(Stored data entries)
************
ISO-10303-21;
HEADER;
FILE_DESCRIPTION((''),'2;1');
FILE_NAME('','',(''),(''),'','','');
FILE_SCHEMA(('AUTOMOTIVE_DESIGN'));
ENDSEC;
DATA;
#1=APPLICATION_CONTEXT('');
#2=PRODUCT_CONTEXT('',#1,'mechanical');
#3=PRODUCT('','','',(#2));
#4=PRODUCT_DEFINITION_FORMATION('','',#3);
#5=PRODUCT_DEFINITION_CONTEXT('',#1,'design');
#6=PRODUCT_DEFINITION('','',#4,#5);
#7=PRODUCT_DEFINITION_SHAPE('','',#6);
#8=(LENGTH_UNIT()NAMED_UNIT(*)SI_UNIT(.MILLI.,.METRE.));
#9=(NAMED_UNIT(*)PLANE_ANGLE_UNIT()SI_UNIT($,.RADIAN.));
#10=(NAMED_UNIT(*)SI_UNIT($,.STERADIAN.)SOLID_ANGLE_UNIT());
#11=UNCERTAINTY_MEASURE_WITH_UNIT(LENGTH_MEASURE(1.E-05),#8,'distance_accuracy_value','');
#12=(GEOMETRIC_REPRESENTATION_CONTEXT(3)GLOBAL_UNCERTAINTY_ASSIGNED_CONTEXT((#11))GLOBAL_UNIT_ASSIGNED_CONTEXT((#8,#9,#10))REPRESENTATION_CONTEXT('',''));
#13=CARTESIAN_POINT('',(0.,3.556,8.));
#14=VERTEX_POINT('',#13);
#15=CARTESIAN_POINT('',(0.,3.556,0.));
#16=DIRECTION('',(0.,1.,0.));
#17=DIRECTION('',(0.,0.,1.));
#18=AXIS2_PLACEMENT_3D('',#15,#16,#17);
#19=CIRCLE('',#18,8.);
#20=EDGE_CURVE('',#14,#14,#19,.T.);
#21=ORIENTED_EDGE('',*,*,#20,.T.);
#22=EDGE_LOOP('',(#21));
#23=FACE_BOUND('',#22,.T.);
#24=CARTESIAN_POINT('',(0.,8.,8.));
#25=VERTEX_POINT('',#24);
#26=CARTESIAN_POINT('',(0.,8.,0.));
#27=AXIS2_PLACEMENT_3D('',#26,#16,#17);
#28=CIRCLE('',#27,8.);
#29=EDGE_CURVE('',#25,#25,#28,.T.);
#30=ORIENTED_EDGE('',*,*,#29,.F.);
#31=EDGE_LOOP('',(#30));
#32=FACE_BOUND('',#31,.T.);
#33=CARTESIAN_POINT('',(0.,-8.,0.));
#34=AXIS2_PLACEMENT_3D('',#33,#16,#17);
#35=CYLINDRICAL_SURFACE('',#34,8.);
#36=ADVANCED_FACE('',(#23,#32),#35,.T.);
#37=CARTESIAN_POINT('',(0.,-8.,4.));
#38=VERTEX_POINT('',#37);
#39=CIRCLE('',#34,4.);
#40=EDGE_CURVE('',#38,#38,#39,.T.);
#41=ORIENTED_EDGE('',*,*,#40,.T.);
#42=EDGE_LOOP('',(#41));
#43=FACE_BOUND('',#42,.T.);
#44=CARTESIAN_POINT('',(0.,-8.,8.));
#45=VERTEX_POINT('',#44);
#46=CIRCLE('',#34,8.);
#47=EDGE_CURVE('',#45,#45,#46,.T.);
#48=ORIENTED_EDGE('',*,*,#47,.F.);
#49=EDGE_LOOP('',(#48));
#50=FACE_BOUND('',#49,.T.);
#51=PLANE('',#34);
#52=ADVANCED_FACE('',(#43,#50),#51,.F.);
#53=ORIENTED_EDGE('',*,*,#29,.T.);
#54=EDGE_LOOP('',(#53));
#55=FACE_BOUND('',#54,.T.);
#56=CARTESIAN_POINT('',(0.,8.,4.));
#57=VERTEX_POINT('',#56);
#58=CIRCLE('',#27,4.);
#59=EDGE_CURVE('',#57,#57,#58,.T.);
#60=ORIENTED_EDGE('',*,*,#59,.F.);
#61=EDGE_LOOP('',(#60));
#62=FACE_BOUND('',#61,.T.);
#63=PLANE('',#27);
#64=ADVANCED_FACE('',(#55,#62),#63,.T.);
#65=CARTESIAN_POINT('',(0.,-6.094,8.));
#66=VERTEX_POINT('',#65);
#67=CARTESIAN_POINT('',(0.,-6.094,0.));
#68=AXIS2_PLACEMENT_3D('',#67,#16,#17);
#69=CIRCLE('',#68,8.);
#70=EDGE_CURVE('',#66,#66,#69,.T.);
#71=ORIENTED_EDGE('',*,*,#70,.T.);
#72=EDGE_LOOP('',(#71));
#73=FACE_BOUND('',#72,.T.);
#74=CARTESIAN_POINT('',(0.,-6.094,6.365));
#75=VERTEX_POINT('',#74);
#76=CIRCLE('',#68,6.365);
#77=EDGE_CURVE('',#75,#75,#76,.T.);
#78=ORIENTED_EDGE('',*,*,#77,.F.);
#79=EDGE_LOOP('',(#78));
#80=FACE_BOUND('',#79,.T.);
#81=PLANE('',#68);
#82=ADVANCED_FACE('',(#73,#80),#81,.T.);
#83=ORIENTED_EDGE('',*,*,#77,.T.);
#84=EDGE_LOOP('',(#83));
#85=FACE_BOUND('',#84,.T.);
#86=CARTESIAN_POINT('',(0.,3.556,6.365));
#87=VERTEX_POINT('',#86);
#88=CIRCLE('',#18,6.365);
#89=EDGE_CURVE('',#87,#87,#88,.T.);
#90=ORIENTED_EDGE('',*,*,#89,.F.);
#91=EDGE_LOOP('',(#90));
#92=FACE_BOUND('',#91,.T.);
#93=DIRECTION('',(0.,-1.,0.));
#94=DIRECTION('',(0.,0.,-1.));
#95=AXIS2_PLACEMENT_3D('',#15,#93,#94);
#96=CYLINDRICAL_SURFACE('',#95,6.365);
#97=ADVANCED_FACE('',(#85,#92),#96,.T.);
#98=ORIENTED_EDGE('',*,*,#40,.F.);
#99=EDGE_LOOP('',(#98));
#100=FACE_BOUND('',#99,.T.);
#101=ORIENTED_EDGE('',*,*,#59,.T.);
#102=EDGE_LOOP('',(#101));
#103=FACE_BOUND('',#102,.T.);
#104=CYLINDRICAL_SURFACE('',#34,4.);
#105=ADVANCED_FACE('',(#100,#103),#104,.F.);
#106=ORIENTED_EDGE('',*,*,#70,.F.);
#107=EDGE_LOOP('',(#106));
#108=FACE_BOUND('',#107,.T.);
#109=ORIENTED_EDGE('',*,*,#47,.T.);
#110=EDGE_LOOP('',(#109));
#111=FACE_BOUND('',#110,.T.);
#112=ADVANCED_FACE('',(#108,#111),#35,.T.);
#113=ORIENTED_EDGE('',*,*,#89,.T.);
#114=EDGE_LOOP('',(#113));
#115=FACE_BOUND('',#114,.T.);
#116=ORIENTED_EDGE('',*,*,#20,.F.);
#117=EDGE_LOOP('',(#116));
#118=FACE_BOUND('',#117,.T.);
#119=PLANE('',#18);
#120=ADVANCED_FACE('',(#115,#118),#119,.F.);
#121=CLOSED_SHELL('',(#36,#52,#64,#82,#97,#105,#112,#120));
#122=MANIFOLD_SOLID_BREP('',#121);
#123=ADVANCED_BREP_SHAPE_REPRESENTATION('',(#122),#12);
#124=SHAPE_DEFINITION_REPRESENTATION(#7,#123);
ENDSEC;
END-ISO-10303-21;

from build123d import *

# Parameters (mm, degrees)
BOSS_EXTRUDE1_DEPTH      = 8
BOSS_EXTRUDE1_DEPTH_BACK = 8
SKETCH1_R                = 8
CUT_EXTRUDE1_DEPTH       = 3.556
CUT_EXTRUDE1_DEPTH_BACK  = 6.094
SKETCH2_R                = 8
SKETCH2_R_2              = 6.36499997
SKETCH3_R                = 4
CUT_EXTRUDE2_DEPTH       = 20.595917942


with BuildPart() as part:
    # Sketch1 → Boss-Extrude1 (new, two sides: drawn at the far end of the back side and taken through both)
    with BuildSketch(Plane(origin=(0, 0, 0), x_dir=(1, 0, 0), z_dir=(0, 1, 0)).offset(-BOSS_EXTRUDE1_DEPTH_BACK)):
        Circle(SKETCH1_R)
    extrude(amount=BOSS_EXTRUDE1_DEPTH + BOSS_EXTRUDE1_DEPTH_BACK)

    # Sketch2 → Cut-Extrude1 (cut, two sides: drawn at the far end of the back side and taken through both)
    with BuildSketch(Plane(origin=(0, 0, 0), x_dir=(1, 0, 0), z_dir=(0, 1, 0)).offset(-CUT_EXTRUDE1_DEPTH_BACK)):
        Circle(SKETCH2_R)
        Circle(SKETCH2_R_2, mode=Mode.SUBTRACT)
    extrude(amount=CUT_EXTRUDE1_DEPTH + CUT_EXTRUDE1_DEPTH_BACK, mode=Mode.SUBTRACT)

    # Sketch3 → Cut-Extrude2 (cut, through all)
    with BuildSketch(Plane(origin=(0, 8, 0), x_dir=(1, 0, 0), z_dir=(0, 1, 0))):
        Circle(SKETCH3_R)
    extrude(amount=-CUT_EXTRUDE2_DEPTH, mode=Mode.SUBTRACT)


solid = part.part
************
§ **Directions for this task**
Copy the lines above exactly. Start with the line containing "#99=EDGE_LOOP('',(#98));", end with the line containing "END-ISO-10303-21;", and include both.

§ **Response to this exercise**
#99=EDGE_LOOP('',(#98));
#100=FACE_BOUND('',#99,.T.);
#101=ORIENTED_EDGE('',*,*,#59,.T.);
#102=EDGE_LOOP('',(#101));
#103=FACE_BOUND('',#102,.T.);
#104=CYLINDRICAL_SURFACE('',#34,4.);
#105=ADVANCED_FACE('',(#100,#103),#104,.F.);
#106=ORIENTED_EDGE('',*,*,#70,.F.);
#107=EDGE_LOOP('',(#106));
#108=FACE_BOUND('',#107,.T.);
#109=ORIENTED_EDGE('',*,*,#47,.T.);
#110=EDGE_LOOP('',(#109));
#111=FACE_BOUND('',#110,.T.);
#112=ADVANCED_FACE('',(#108,#111),#35,.T.);
#113=ORIENTED_EDGE('',*,*,#89,.T.);
#114=EDGE_LOOP('',(#113));
#115=FACE_BOUND('',#114,.T.);
#116=ORIENTED_EDGE('',*,*,#20,.F.);
#117=EDGE_LOOP('',(#116));
#118=FACE_BOUND('',#117,.T.);
#119=PLANE('',#18);
#120=ADVANCED_FACE('',(#115,#118),#119,.F.);
#121=CLOSED_SHELL('',(#36,#52,#64,#82,#97,#105,#112,#120));
#122=MANIFOLD_SOLID_BREP('',#121);
#123=ADVANCED_BREP_SHAPE_REPRESENTATION('',(#122),#12);
#124=SHAPE_DEFINITION_REPRESENTATION(#7,#123);
ENDSEC;
END-ISO-10303-21;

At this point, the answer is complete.